While the use of aptamers for miRNA selective delivery has grown rapidly in the last years with several examples, their application to direct epigenetic targeting is still at an early stage. However, the reported examples underline how aptamers hold a great potentiality in the field, for both diagnostic and therapeutic purposes and could bring a new era to the epigenetic research.

7. Future Perspectives

The implication of epigenetic regulation in the development of devastating diseases, mostly cancer and neurological disorders, underscores the potential of developing drugs able to revert disease-associated epigenetic marks. To date several drugs developed to target epigenetic modifiers are in active clinical trials, and so far, molecules targeting DNA N-methyl transferase inhibitors (DNMTi) and histone deacetylase inhibitors (HDACi) have been approved by FDA, such as nucleoside-based compounds, 5-azacytidine and 5-aza-2’-deoxycytidine. However, the lack of selectivity, toxicity and chemical instability represent a serious concern for the use of these drugs.

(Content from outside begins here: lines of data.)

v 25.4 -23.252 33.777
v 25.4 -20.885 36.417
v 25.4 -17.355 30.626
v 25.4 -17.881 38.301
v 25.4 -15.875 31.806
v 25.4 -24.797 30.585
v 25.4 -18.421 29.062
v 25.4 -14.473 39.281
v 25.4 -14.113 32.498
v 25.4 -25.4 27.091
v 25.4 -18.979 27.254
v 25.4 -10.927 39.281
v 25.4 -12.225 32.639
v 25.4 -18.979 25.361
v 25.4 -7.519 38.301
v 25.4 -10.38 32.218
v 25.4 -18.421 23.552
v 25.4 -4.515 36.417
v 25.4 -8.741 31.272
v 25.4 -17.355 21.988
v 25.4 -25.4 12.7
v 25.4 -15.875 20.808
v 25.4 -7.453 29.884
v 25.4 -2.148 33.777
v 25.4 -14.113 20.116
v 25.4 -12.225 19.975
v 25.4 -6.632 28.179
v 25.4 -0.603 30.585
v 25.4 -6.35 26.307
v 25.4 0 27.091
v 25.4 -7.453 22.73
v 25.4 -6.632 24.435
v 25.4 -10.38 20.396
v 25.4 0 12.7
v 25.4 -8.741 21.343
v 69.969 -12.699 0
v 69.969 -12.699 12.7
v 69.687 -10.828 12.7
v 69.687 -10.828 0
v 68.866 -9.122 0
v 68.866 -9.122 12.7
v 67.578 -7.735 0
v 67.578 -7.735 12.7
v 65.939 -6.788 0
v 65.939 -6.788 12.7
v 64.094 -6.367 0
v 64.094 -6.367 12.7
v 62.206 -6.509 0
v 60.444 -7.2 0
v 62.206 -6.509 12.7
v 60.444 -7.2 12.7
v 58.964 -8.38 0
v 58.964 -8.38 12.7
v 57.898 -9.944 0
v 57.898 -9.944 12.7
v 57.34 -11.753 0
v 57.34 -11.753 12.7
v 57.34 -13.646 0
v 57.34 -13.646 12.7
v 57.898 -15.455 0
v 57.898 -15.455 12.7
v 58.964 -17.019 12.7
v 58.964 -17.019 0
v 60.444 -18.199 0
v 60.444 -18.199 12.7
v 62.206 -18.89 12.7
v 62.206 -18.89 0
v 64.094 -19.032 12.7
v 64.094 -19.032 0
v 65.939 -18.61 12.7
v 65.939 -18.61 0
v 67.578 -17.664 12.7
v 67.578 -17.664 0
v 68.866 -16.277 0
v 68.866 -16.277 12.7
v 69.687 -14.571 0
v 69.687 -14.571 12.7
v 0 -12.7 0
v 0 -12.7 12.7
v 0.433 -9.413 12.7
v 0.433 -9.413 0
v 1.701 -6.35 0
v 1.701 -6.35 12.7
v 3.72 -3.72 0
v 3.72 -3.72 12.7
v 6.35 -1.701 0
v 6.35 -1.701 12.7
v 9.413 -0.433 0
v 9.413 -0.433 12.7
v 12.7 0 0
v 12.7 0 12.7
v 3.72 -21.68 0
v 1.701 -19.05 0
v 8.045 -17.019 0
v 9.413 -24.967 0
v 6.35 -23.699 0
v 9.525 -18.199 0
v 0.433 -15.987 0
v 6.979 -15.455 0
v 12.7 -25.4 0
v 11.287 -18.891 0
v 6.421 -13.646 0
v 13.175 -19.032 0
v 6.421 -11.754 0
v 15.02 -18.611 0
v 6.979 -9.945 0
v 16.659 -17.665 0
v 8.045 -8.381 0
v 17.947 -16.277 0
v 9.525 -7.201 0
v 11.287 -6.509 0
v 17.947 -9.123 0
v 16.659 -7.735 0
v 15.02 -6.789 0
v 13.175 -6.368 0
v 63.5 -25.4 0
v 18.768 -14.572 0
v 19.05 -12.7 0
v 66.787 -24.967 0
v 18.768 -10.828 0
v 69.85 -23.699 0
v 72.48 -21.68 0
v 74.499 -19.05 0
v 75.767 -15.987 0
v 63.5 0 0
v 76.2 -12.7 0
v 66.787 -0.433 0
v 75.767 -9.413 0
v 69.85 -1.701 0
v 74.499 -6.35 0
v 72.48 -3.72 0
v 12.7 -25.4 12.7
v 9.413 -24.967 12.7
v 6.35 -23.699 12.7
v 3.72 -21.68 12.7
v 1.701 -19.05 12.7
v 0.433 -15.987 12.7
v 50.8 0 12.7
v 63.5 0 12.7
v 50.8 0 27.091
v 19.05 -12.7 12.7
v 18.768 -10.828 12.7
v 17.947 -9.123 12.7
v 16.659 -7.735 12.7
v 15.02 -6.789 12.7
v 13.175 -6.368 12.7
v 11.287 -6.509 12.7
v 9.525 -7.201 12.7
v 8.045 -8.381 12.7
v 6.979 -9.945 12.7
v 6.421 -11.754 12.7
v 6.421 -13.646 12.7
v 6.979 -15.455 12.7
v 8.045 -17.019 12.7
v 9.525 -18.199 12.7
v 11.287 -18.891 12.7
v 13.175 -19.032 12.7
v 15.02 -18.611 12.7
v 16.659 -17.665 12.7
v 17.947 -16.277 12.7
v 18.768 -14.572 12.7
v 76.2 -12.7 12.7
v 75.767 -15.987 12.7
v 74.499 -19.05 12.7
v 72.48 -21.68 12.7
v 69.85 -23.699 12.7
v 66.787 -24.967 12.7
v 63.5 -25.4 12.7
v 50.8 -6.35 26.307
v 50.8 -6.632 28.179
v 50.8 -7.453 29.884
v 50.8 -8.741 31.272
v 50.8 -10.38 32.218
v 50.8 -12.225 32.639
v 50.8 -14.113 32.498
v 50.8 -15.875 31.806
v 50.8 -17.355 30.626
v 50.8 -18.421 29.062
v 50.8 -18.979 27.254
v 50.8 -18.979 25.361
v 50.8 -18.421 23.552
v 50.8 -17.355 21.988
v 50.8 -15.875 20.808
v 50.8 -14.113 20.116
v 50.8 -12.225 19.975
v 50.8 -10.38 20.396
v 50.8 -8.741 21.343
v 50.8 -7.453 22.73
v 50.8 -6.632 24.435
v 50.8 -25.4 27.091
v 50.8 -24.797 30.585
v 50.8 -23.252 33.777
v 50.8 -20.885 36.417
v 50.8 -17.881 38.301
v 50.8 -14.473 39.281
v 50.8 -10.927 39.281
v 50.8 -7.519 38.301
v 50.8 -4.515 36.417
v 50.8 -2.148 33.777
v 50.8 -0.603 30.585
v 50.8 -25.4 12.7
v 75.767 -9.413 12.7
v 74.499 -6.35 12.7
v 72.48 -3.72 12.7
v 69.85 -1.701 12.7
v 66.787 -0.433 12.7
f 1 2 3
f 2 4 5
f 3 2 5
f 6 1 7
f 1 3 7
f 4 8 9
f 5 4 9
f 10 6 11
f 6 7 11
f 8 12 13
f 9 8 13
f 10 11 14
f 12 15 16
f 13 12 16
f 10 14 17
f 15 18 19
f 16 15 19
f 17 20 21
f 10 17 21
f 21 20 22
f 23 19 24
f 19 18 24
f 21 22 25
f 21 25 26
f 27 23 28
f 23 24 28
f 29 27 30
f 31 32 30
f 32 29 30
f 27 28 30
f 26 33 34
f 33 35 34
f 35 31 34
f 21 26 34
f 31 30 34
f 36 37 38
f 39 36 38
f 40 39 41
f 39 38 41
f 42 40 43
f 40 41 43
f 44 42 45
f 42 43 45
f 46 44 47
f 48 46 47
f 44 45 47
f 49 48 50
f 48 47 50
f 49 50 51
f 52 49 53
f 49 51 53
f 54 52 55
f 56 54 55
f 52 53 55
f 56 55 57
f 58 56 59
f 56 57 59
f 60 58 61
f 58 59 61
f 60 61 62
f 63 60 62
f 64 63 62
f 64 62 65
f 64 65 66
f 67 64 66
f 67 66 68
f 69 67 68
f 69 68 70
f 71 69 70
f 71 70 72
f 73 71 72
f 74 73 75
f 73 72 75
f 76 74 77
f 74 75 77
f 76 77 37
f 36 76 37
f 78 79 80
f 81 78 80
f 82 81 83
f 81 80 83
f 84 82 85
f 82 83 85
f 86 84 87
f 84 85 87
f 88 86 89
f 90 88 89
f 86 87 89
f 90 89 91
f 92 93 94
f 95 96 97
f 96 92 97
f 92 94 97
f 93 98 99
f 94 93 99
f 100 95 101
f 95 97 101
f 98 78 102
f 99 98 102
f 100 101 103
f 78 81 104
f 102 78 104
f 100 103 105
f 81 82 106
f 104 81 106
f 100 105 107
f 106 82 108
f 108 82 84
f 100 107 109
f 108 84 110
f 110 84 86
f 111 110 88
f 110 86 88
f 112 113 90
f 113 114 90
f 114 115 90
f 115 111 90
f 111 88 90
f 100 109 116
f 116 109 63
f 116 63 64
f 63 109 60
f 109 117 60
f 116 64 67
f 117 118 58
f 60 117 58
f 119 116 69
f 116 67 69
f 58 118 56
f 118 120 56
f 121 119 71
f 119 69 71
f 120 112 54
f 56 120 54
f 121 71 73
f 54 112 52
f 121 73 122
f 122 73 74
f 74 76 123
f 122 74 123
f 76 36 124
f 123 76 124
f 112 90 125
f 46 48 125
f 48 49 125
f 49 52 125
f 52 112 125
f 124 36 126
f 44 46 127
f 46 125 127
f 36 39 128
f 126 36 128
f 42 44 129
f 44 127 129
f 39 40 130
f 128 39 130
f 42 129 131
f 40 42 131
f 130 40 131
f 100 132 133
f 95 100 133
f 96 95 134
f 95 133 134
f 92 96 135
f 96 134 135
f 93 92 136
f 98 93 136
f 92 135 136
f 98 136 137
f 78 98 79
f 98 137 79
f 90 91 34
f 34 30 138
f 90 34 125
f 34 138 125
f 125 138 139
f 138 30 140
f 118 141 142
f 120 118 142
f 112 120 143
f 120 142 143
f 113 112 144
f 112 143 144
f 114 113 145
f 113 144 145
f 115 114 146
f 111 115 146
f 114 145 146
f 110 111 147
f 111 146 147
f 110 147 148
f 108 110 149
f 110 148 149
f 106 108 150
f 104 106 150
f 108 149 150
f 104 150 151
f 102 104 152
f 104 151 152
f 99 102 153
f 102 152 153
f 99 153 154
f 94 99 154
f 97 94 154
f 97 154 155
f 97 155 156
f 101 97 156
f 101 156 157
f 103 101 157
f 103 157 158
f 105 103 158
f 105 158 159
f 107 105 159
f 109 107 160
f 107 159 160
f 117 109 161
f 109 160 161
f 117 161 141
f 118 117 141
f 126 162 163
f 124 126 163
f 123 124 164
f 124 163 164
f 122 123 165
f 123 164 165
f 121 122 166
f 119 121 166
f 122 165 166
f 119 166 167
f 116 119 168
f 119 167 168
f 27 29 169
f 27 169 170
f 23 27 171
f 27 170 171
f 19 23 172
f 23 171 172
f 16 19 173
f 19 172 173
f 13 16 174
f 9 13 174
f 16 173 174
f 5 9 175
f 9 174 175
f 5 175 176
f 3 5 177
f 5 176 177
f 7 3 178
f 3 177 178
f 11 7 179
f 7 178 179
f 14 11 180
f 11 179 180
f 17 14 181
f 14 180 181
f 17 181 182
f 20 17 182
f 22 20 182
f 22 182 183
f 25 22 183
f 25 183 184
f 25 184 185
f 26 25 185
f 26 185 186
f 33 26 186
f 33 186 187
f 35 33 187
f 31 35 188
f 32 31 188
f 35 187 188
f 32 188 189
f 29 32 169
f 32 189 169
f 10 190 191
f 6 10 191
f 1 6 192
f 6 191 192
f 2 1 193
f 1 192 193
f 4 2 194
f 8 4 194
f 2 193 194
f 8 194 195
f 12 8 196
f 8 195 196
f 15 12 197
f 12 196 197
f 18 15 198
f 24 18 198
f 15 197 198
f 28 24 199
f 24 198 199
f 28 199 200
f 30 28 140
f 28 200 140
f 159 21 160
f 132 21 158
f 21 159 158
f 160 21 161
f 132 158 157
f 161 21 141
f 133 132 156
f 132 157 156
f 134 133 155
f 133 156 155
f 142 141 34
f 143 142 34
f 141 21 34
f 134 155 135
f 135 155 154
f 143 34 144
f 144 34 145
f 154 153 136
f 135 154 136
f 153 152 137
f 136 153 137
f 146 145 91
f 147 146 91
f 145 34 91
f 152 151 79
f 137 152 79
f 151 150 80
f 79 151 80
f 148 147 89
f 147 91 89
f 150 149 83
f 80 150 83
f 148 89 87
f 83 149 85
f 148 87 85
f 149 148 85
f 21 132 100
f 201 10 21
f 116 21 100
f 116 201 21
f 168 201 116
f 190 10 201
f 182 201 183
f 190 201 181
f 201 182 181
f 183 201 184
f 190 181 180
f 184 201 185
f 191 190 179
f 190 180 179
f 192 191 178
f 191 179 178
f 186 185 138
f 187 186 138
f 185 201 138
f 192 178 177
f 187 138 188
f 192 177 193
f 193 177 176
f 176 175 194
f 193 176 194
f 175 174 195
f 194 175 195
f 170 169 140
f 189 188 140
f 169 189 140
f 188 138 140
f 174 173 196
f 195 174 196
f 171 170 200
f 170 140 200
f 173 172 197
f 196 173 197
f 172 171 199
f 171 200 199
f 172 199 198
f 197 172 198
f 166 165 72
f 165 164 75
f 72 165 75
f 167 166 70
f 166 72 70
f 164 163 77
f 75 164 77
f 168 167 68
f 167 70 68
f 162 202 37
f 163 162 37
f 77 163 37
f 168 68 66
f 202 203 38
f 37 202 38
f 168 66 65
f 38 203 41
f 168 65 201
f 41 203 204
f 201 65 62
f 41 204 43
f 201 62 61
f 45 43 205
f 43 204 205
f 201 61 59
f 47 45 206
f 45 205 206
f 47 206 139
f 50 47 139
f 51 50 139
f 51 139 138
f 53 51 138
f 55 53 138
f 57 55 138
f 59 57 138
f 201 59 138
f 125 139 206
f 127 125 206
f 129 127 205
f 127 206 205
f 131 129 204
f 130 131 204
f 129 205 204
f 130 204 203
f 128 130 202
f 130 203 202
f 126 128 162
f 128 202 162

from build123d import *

# Parameters (mm, degrees)
F1_DEPTH  = 25.4
F2_R      = 6.35
F3_DEPTH  = 12.7
F5_DEPTH  = 12.7
F6_R      = 6.35
F7_DEPTH  = 12.7
F9_DEPTH  = 12.7
F10_R     = 6.35
F11_DEPTH = 25.4
F13_DEPTH = 25.4


with BuildPart() as f1:
    # F0 (on Front) → F1 (new body)
    with BuildSketch(Plane.XZ):
        Polygon((0, 12.7), (0, 0), (76.2, 0), (76.2, 12.7), (50.8, 12.7), (50.8, 39.9142862895), (25.4, 39.9142862895), (25.4, 12.7), align=None)
    extrude(amount=F1_DEPTH)

    # F2 (on face) → F3 (cut)
    with BuildSketch(Plane.XY.offset(12.7)):
        with Locations((63.6192816147, -12.6994398261)):
            Circle(F2_R)
    extrude(amount=-F3_DEPTH, mode=Mode.SUBTRACT)

    # F4 (on face) → F5 (cut)
    with BuildSketch(Plane.XY.offset(12.7)):
        with BuildLine():
            ThreePointArc((63.5, 0), (72.4802561211, -3.7197438789), (76.2, -12.7))
            Line((76.2, -12.7), (76.2, 0))
            Line((76.2, 0), (63.5, 0))
        make_face()
        with BuildLine():
            ThreePointArc((76.2, -12.7), (72.4802561211, -21.6802561211), (63.5, -25.4))
            Line((63.5, -25.4), (76.2, -25.4))
            Line((76.2, -25.4), (76.2, -12.7))
        make_face()
    extrude(amount=-F5_DEPTH, mode=Mode.SUBTRACT)

    # F6 (on face) → F7 (cut)
    with BuildSketch(Plane.XY.offset(12.7)):
        with Locations((12.7, -12.7)):
            Circle(F6_R)
    extrude(amount=-F7_DEPTH, mode=Mode.SUBTRACT)

    # F8 (on face) → F9 (cut)
    with BuildSketch(Plane.XY.offset(12.7)):
        with BuildLine():
            ThreePointArc((12.7, -25.4), (3.7197438789, -21.6802561211), (0, -12.7))
            Line((0, -12.7), (0, -25.4))
            Line((0, -25.4), (12.7, -25.4))
        make_face()
        with BuildLine():
            ThreePointArc((0, -12.7), (3.7197438789, -3.7197438789), (12.7, 0))
            Line((12.7, 0), (0, 0))
            Line((0, 0), (0, -12.7))
        make_face()
    extrude(amount=-F9_DEPTH, mode=Mode.SUBTRACT)

    # F10 (on face) → F11 (cut)
    with BuildSketch(Plane.YZ.offset(50.8)):
        with Locations((-12.7, 26.3071431448)):
            Circle(F10_R)
    extrude(amount=-F11_DEPTH, mode=Mode.SUBTRACT)

    # F12 (on face) → F13 (cut)
    with BuildSketch(Plane.YZ.offset(50.8)):
        with BuildLine():
            ThreePointArc((-25.4, 27.0906584082), (-12.7, 39.4049416249), (0, 27.0906584082))
            Line((0, 27.0906584082), (0, 39.9142862895))
            Line((0, 39.9142862895), (-25.4, 39.9142862895))
            Line((-25.4, 39.9142862895), (-25.4, 27.0906584082))
        make_face()
    extrude(amount=-F13_DEPTH, mode=Mode.SUBTRACT)


solid = f1.part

The recent observations that the epigenetic control of gene transcription can rely on structural components within long noncoding RNAs [74,75] pave the way for new drugs able to trigger the selective DNA methylation pattern of aberrantly expressed genes. A paradigmatic example is provided by the finding that short folded structures within a lncRNA, named ecCEBPA, can bind to and inactivate DNMT1 resulting in prevention of cEBPA tumor suppressor gene methylation [75]. In this regard, nucleic acid aptamers are folded RNA-based therapeutic that have the double advantage to “mimic” the structures of intracellular protein-binding ncRNAs combined with the high target selectivity and lack of toxicity. Owing to these properties, aptamers are promising candidates as precise and safe novel drugs with epigenetic modes of action. Further, the use of the SELEX technology to reproduce the functional/interacting sites of protein-binding oligonucleotides has revealed to be a promising innovative tool to investigate the impact of epigenetic mechanisms (i.e., cytosine methylation) on gene expression. Moreover, aptamer technology can be used as a powerful tool to investigate the link between CpG methylation and body’s response to disease or environmental stress.